_Data records_:
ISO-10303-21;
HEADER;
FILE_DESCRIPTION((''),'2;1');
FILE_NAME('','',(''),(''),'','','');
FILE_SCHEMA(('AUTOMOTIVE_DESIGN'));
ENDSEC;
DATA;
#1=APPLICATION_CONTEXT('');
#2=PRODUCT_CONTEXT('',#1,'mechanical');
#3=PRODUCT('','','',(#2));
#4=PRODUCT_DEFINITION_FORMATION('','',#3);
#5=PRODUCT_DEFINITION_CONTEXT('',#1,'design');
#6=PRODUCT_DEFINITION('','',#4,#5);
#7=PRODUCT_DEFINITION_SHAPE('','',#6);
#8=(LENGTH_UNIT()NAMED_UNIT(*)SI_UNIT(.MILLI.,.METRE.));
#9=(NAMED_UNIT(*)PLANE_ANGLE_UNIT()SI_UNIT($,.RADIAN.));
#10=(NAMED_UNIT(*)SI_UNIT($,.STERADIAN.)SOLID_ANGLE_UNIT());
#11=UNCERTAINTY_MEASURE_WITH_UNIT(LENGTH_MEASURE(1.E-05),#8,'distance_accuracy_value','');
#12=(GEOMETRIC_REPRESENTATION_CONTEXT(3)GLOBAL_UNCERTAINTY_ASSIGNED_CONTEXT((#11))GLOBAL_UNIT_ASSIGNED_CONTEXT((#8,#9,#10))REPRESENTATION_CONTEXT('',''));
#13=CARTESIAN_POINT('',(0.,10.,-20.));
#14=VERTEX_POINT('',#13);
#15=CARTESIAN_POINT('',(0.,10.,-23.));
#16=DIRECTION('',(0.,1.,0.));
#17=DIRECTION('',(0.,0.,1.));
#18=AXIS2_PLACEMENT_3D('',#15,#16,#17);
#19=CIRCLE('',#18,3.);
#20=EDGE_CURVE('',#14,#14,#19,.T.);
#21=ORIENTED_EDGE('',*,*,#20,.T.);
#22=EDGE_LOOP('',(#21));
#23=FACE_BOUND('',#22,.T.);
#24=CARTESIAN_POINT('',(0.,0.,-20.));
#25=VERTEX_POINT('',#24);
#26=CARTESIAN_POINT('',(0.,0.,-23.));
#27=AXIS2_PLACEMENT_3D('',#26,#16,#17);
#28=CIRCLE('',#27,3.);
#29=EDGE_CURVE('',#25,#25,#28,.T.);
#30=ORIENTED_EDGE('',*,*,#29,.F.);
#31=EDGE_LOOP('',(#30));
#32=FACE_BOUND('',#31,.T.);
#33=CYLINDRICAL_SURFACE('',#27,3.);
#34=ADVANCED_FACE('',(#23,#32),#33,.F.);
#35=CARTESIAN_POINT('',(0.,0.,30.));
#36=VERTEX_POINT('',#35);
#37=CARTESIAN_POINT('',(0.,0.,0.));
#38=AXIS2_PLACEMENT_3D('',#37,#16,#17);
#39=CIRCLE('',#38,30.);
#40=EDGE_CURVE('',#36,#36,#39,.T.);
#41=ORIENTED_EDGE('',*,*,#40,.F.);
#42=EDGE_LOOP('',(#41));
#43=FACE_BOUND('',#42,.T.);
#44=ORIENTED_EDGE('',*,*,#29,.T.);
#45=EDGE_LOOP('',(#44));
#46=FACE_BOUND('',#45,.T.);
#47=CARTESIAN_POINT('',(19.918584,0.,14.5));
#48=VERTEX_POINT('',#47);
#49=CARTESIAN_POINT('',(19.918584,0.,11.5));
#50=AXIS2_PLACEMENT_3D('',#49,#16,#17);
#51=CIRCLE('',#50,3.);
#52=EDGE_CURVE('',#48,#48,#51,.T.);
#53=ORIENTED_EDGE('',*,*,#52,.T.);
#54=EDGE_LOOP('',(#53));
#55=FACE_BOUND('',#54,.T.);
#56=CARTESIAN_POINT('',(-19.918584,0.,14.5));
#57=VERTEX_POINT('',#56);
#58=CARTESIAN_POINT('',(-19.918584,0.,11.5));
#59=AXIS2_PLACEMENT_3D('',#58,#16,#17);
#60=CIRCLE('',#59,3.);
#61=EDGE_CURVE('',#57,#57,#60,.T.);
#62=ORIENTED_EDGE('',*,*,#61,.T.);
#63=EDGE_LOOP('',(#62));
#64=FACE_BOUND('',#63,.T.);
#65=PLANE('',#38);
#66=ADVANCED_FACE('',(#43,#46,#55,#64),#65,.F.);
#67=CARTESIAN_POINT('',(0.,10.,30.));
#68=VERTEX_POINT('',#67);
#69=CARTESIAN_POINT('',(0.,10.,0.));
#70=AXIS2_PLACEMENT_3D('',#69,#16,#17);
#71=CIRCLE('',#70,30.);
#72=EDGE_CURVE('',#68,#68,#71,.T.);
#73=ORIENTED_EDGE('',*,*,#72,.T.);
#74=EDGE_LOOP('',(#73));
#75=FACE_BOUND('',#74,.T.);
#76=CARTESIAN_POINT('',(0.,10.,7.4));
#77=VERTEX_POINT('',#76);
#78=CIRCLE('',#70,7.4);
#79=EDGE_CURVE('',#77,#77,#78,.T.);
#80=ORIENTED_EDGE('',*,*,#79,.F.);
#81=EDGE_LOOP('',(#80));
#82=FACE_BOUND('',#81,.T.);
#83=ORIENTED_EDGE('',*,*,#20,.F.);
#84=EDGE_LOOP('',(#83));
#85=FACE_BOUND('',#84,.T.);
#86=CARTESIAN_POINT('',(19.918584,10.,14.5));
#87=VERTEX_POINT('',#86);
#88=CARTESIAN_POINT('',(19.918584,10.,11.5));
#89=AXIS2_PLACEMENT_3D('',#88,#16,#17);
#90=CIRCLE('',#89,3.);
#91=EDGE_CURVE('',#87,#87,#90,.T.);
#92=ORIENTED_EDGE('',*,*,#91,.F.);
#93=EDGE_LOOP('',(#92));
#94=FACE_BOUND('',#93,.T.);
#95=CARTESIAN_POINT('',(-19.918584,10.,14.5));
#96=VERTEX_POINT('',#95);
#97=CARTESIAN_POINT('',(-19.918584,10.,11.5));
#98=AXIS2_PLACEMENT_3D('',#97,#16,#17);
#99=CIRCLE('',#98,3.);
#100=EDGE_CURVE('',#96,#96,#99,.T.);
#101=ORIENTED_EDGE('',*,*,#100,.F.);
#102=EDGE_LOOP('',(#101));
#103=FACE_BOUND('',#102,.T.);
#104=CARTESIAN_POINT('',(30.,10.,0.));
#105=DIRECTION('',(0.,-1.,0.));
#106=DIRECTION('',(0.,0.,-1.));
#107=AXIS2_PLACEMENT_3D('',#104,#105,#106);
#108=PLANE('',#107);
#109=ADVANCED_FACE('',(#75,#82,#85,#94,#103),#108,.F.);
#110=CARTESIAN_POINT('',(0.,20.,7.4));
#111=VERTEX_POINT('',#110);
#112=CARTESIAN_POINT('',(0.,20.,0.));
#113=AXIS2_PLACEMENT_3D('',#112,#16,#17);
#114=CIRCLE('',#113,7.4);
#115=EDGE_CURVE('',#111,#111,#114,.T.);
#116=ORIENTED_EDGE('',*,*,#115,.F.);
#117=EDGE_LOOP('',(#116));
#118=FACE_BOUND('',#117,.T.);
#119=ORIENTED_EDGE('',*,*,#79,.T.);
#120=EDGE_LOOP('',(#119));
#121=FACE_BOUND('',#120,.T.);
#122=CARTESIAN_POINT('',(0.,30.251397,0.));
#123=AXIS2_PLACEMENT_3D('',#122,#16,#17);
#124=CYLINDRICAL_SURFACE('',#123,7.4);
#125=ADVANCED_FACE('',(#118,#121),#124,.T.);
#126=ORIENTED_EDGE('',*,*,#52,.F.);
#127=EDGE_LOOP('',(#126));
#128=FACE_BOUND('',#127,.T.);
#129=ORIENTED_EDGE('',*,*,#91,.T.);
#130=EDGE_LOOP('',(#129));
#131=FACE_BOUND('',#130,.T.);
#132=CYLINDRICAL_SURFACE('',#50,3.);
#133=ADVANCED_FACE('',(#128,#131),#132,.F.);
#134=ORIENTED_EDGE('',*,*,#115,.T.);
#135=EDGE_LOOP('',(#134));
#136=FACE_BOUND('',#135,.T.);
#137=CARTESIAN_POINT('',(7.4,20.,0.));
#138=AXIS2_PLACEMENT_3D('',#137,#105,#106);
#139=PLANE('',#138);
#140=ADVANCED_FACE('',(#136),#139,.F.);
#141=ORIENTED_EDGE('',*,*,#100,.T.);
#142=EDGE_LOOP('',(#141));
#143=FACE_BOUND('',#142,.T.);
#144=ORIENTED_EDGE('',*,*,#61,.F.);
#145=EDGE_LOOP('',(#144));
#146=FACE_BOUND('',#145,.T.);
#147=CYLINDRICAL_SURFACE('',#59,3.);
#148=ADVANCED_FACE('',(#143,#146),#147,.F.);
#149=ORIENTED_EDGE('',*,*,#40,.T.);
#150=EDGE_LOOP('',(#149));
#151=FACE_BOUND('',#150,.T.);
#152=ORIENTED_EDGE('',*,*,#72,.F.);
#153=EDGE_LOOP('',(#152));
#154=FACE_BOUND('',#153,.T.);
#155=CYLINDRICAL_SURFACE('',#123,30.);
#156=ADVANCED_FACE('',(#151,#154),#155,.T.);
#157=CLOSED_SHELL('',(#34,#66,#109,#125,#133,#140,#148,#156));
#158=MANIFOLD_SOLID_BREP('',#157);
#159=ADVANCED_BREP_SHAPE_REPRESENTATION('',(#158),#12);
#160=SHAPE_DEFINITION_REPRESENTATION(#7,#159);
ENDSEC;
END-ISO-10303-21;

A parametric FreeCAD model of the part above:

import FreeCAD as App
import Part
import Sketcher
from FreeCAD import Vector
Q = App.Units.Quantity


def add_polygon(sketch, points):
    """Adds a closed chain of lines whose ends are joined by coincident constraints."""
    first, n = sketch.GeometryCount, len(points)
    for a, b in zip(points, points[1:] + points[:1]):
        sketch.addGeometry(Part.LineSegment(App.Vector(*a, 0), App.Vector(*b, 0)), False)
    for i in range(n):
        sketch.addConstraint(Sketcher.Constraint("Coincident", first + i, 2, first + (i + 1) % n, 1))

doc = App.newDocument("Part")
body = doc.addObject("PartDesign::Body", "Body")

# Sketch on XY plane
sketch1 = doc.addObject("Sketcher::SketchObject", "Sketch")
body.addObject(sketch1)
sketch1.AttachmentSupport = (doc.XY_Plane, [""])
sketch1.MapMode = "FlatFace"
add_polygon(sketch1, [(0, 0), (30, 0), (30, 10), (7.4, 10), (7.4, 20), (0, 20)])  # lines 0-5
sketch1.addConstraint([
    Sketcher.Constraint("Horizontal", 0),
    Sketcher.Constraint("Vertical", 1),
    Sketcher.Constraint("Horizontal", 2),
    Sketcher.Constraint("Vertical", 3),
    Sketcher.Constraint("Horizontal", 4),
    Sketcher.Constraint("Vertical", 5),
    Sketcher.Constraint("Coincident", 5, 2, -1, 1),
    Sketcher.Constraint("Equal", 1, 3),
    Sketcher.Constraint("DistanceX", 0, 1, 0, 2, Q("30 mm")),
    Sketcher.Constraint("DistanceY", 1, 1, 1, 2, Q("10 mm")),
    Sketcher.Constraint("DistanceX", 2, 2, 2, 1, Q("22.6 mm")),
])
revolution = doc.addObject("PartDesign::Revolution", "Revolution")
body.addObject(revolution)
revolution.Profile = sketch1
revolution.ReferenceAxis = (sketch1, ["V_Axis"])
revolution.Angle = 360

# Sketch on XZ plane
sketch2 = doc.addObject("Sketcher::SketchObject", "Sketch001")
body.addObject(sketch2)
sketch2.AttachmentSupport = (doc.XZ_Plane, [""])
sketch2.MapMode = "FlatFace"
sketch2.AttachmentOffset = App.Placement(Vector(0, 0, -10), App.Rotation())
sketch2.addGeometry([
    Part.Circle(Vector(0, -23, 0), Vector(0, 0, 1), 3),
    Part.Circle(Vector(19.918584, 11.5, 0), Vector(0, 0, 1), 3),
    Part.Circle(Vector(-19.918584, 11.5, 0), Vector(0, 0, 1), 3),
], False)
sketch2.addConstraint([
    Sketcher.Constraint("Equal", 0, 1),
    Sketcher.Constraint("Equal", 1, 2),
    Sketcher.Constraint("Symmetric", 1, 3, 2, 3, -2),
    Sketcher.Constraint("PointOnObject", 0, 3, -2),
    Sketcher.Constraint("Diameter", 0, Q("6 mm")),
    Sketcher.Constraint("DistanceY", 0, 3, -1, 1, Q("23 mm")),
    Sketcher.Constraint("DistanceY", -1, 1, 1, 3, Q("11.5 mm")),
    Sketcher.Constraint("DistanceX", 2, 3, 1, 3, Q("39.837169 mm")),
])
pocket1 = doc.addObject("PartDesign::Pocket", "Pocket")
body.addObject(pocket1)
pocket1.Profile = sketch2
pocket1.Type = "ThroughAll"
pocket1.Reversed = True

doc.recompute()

_Activity_: Copy verbatim, from the listing above, each line from the one containing "#5=PRODUCT_DEFINITION_CONTEXT('',#1,'design');" down to the one containing "#10=(NAMED_UNIT(*)SI_UNIT($,.STERADIAN.)SOLID_ANGLE_UNIT());", inclusive.

_Written reply_:
#5=PRODUCT_DEFINITION_CONTEXT('',#1,'design');
#6=PRODUCT_DEFINITION('','',#4,#5);
#7=PRODUCT_DEFINITION_SHAPE('','',#6);
#8=(LENGTH_UNIT()NAMED_UNIT(*)SI_UNIT(.MILLI.,.METRE.));
#9=(NAMED_UNIT(*)PLANE_ANGLE_UNIT()SI_UNIT($,.RADIAN.));
#10=(NAMED_UNIT(*)SI_UNIT($,.STERADIAN.)SOLID_ANGLE_UNIT());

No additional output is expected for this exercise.